In the entries below, how many lines contain the string "amount"? State the number and nothing else.
• • • • • • •
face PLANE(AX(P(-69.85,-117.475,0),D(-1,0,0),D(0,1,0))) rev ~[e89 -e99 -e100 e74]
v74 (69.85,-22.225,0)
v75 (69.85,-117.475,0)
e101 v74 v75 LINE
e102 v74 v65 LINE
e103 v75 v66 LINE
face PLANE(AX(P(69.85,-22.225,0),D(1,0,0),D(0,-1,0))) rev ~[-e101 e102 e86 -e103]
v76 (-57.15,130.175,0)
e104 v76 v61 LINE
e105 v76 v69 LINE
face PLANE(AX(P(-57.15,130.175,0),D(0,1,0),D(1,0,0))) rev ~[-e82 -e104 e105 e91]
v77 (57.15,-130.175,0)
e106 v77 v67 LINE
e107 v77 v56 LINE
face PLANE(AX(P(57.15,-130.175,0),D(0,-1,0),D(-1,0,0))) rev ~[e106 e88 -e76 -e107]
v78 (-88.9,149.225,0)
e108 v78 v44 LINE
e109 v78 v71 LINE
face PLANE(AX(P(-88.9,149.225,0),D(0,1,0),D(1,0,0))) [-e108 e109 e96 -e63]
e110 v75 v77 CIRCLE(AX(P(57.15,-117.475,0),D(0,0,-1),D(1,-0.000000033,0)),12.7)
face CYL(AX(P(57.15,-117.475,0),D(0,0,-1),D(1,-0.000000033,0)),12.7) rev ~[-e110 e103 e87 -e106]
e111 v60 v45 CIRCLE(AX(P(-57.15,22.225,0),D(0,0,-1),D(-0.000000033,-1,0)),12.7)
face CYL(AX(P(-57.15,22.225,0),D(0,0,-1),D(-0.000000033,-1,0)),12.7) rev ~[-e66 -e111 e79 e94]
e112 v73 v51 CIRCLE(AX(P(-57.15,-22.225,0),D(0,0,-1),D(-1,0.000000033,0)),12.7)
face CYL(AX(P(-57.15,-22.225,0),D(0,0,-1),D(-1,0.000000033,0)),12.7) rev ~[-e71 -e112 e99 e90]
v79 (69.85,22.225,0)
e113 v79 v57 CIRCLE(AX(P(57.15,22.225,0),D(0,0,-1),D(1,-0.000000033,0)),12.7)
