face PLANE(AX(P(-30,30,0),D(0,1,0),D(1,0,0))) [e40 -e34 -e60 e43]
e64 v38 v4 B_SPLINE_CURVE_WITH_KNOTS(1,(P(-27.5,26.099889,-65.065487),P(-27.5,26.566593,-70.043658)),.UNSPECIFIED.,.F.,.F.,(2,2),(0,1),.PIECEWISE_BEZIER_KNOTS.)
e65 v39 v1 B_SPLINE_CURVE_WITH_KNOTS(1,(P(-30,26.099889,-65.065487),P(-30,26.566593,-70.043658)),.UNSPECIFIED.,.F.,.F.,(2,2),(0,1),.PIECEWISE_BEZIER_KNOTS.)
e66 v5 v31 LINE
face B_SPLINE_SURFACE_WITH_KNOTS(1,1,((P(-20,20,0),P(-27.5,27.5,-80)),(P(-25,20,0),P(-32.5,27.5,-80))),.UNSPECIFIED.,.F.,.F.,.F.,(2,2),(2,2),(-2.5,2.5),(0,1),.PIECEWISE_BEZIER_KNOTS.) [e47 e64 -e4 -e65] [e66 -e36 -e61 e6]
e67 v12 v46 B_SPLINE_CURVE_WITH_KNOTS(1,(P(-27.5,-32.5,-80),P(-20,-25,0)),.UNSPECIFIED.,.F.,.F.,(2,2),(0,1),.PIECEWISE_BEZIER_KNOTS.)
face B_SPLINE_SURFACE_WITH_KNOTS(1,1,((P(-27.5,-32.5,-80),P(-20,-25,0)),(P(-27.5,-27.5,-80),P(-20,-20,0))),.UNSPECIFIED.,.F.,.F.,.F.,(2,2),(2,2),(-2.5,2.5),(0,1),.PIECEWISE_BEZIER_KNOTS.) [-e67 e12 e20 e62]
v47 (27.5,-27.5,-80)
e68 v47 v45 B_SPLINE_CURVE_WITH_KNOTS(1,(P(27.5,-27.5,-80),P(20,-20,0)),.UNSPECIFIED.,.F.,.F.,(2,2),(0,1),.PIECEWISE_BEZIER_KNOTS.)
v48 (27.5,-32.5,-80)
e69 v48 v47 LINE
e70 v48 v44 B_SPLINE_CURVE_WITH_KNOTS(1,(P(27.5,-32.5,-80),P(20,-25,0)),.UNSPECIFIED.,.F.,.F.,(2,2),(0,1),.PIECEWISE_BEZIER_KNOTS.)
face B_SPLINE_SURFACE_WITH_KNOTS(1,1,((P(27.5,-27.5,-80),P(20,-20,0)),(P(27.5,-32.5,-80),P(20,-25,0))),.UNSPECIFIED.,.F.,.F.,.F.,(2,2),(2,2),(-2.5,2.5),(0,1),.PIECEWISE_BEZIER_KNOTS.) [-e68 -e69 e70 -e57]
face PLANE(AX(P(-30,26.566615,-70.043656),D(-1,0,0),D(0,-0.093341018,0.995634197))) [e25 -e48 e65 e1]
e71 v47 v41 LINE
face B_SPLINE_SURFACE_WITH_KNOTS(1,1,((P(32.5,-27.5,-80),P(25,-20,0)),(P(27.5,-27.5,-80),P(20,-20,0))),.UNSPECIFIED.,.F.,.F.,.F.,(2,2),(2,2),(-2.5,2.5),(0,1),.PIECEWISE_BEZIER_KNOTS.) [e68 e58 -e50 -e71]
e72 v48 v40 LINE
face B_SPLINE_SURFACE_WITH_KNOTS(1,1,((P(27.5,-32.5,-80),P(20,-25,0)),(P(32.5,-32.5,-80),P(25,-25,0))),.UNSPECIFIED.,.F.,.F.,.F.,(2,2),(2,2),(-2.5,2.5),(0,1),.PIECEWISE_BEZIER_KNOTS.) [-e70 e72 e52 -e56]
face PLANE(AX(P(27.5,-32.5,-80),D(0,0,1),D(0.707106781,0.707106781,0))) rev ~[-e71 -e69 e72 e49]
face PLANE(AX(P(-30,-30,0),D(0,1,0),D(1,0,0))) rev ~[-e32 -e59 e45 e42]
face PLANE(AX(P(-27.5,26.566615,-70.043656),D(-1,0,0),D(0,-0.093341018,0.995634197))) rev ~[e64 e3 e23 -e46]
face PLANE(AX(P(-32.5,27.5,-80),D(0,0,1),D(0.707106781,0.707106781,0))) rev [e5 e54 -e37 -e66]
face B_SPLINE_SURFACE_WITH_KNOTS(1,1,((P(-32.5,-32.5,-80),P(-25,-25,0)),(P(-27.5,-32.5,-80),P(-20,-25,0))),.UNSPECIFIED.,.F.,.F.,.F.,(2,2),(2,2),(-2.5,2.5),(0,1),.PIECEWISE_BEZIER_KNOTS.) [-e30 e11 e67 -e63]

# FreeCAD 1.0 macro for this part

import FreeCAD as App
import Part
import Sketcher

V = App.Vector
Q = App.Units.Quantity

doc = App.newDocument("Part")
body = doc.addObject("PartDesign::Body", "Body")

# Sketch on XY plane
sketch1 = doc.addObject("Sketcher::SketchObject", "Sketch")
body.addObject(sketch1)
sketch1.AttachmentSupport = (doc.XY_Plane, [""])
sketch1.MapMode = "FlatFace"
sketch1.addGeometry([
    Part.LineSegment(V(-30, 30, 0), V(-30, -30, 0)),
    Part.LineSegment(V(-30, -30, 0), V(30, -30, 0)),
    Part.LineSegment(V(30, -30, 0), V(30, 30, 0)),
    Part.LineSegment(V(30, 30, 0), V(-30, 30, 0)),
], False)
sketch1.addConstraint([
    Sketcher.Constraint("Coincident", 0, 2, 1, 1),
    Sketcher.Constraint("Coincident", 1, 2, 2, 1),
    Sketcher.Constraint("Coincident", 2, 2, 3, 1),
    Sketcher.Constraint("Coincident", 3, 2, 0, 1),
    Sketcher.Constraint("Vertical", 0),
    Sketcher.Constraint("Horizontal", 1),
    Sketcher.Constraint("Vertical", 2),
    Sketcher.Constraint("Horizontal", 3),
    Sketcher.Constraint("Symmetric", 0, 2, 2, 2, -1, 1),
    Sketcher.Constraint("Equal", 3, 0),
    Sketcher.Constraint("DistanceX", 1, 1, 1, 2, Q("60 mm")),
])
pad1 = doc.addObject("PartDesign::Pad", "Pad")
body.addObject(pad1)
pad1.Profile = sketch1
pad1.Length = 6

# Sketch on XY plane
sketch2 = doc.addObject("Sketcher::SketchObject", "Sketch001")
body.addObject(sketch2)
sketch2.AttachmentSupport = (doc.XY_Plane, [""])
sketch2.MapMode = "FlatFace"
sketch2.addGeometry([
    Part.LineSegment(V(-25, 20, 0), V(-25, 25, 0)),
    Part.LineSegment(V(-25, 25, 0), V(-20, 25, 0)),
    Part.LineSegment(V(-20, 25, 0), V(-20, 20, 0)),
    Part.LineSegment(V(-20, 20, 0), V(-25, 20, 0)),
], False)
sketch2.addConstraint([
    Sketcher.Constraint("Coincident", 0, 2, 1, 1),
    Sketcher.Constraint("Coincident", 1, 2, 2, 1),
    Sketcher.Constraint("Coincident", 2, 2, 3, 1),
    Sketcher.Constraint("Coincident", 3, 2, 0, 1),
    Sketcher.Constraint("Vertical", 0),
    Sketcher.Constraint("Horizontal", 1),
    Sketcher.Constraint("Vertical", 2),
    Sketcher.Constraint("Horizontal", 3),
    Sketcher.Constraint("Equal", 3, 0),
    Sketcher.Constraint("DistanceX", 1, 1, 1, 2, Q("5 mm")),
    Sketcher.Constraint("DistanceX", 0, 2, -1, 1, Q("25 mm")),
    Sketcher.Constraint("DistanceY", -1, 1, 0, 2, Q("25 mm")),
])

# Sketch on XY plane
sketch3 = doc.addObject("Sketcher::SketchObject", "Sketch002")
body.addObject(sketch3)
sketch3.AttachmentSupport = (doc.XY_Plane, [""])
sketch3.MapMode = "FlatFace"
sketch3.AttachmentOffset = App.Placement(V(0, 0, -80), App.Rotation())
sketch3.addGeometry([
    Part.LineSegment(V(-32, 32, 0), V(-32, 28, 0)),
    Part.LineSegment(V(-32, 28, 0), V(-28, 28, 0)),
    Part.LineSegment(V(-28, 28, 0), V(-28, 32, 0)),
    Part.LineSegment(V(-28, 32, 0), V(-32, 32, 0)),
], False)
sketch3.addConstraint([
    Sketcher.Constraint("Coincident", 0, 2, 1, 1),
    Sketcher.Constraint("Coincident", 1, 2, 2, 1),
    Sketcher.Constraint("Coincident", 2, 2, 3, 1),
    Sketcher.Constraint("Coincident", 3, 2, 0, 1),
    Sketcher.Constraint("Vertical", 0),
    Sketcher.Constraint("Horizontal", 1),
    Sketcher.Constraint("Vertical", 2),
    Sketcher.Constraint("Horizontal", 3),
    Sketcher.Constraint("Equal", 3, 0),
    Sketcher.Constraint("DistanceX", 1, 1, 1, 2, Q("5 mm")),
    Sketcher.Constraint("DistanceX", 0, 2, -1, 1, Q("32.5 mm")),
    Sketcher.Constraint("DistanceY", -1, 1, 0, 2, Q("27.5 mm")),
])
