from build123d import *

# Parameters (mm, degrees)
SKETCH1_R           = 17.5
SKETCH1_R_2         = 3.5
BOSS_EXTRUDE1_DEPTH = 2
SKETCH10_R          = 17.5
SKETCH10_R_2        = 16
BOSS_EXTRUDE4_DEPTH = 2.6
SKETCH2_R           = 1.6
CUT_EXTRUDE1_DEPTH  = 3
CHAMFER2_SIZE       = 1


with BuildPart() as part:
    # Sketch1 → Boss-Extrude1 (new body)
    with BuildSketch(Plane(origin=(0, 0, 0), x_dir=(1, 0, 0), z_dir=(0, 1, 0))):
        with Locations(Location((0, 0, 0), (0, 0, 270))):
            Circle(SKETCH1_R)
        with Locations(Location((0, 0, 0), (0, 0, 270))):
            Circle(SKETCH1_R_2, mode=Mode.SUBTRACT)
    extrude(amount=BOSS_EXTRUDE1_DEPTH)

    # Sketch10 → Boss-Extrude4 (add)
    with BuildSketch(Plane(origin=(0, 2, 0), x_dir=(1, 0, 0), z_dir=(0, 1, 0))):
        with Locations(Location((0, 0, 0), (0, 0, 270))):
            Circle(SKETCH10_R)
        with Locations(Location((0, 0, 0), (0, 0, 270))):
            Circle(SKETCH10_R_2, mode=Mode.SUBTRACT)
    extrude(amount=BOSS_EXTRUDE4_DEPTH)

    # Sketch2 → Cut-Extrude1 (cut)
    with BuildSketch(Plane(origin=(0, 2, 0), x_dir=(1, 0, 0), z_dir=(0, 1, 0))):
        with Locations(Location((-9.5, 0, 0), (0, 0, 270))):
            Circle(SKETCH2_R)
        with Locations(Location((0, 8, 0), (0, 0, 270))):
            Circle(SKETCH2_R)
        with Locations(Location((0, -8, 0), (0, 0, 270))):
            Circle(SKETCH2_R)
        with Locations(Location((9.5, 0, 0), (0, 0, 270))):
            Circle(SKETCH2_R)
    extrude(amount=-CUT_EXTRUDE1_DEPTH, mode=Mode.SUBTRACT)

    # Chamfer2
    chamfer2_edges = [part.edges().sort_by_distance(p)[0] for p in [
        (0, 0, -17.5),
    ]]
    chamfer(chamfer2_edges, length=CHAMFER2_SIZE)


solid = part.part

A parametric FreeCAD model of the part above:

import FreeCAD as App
import Part
import Sketcher

V = App.Vector
Q = App.Units.Quantity


def edges_at(feature, points):
    """Names of the edges that pass closest to the given points."""
    edges = feature.Shape.Edges
    near = lambda p: min(range(len(edges)), key=lambda i: edges[i].distToShape(Part.Vertex(*p))[0])
    return sorted({f"Edge{near(p) + 1}" for p in points})

doc = App.newDocument("Part")
body = doc.addObject("PartDesign::Body", "Body")

sketch1 = body.newObject("Sketcher::SketchObject", "Sketch")
sketch1.AttachmentSupport = (doc.getObject("XZ_Plane"), [""])
sketch1.MapMode = "FlatFace"
sketch1.addGeometry(Part.Circle(V(0, 0, 0), V(0, 0, 1), 17.5), False)
sketch1.addGeometry(Part.Circle(V(0, 0, 0), V(0, 0, 1), 3.5), False)
sketch1.addConstraint(Sketcher.Constraint("Coincident", 0, 3, -1, 1))
sketch1.addConstraint(Sketcher.Constraint("Coincident", 1, 3, -1, 1))
sketch1.addConstraint(Sketcher.Constraint("Diameter", 0, Q("35 mm")))
sketch1.addConstraint(Sketcher.Constraint("Diameter", 1, Q("7 mm")))
pad1 = body.newObject("PartDesign::Pad", "Pad")
pad1.Profile = sketch1
pad1.Length = 2
pad1.Reversed = True

sketch2 = body.newObject("Sketcher::SketchObject", "Sketch001")
sketch2.AttachmentSupport = (doc.getObject("XZ_Plane"), [""])
sketch2.MapMode = "FlatFace"
sketch2.AttachmentOffset = App.Placement(V(0, 0, -2), App.Rotation())
sketch2.addGeometry(Part.Circle(V(0, 0, 0), V(0, 0, 1), 17.5), False)
sketch2.addGeometry(Part.Circle(V(0, 0, 0), V(0, 0, 1), 16), False)
sketch2.addConstraint(Sketcher.Constraint("Coincident", 0, 3, -1, 1))
sketch2.addConstraint(Sketcher.Constraint("Coincident", 1, 3, -1, 1))
sketch2.addConstraint(Sketcher.Constraint("Diameter", 0, Q("35 mm")))
sketch2.addConstraint(Sketcher.Constraint("Diameter", 1, Q("32 mm")))
pad2 = body.newObject("PartDesign::Pad", "Pad001")
pad2.Profile = sketch2
pad2.Length = 2.6
pad2.Reversed = True

sketch3 = body.newObject("Sketcher::SketchObject", "Sketch002")
sketch3.AttachmentSupport = (doc.getObject("XZ_Plane"), [""])
sketch3.MapMode = "FlatFace"
sketch3.AttachmentOffset = App.Placement(V(0, 0, -2), App.Rotation())
sketch3.addGeometry(Part.Circle(V(-9.5, 0, 0), V(0, 0, 1), 1.6), False)
sketch3.addGeometry(Part.Circle(V(0, -8, 0), V(0, 0, 1), 1.6), False)
sketch3.addGeometry(Part.Circle(V(0, 8, 0), V(0, 0, 1), 1.6), False)
sketch3.addGeometry(Part.Circle(V(9.5, 0, 0), V(0, 0, 1), 1.6), False)
sketch3.addConstraint(Sketcher.Constraint("Equal", 0, 1))
sketch3.addConstraint(Sketcher.Constraint("Equal", 1, 2))
sketch3.addConstraint(Sketcher.Constraint("Equal", 2, 3))
sketch3.addConstraint(Sketcher.Constraint("Symmetric", 1, 3, 2, 3, -1, 1))
sketch3.addConstraint(Sketcher.Constraint("Symmetric", 0, 3, 3, 3, -1, 1))
sketch3.addConstraint(Sketcher.Constraint("PointOnObject", 0, 3, -1))
sketch3.addConstraint(Sketcher.Constraint("PointOnObject", 1, 3, -2))
sketch3.addConstraint(Sketcher.Constraint("Diameter", 0, Q("3.2 mm")))
sketch3.addConstraint(Sketcher.Constraint("DistanceY", 1, 3, -1, 1, Q("8 mm")))
sketch3.addConstraint(Sketcher.Constraint("DistanceX", 0, 3, 3, 3, Q("19 mm")))
pocket1 = body.newObject("PartDesign::Pocket", "Pocket")
pocket1.Profile = sketch3
pocket1.Length = 3
pocket1.Reversed = True
doc.recompute()

chamfer = body.newObject("PartDesign::Chamfer", "Chamfer")
chamfer.Base = (pocket1, edges_at(pocket1, [(0, 0, -17.5)]))
chamfer.Size = 1

doc.recompute()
• • • • • • •
→ **Your response**: 3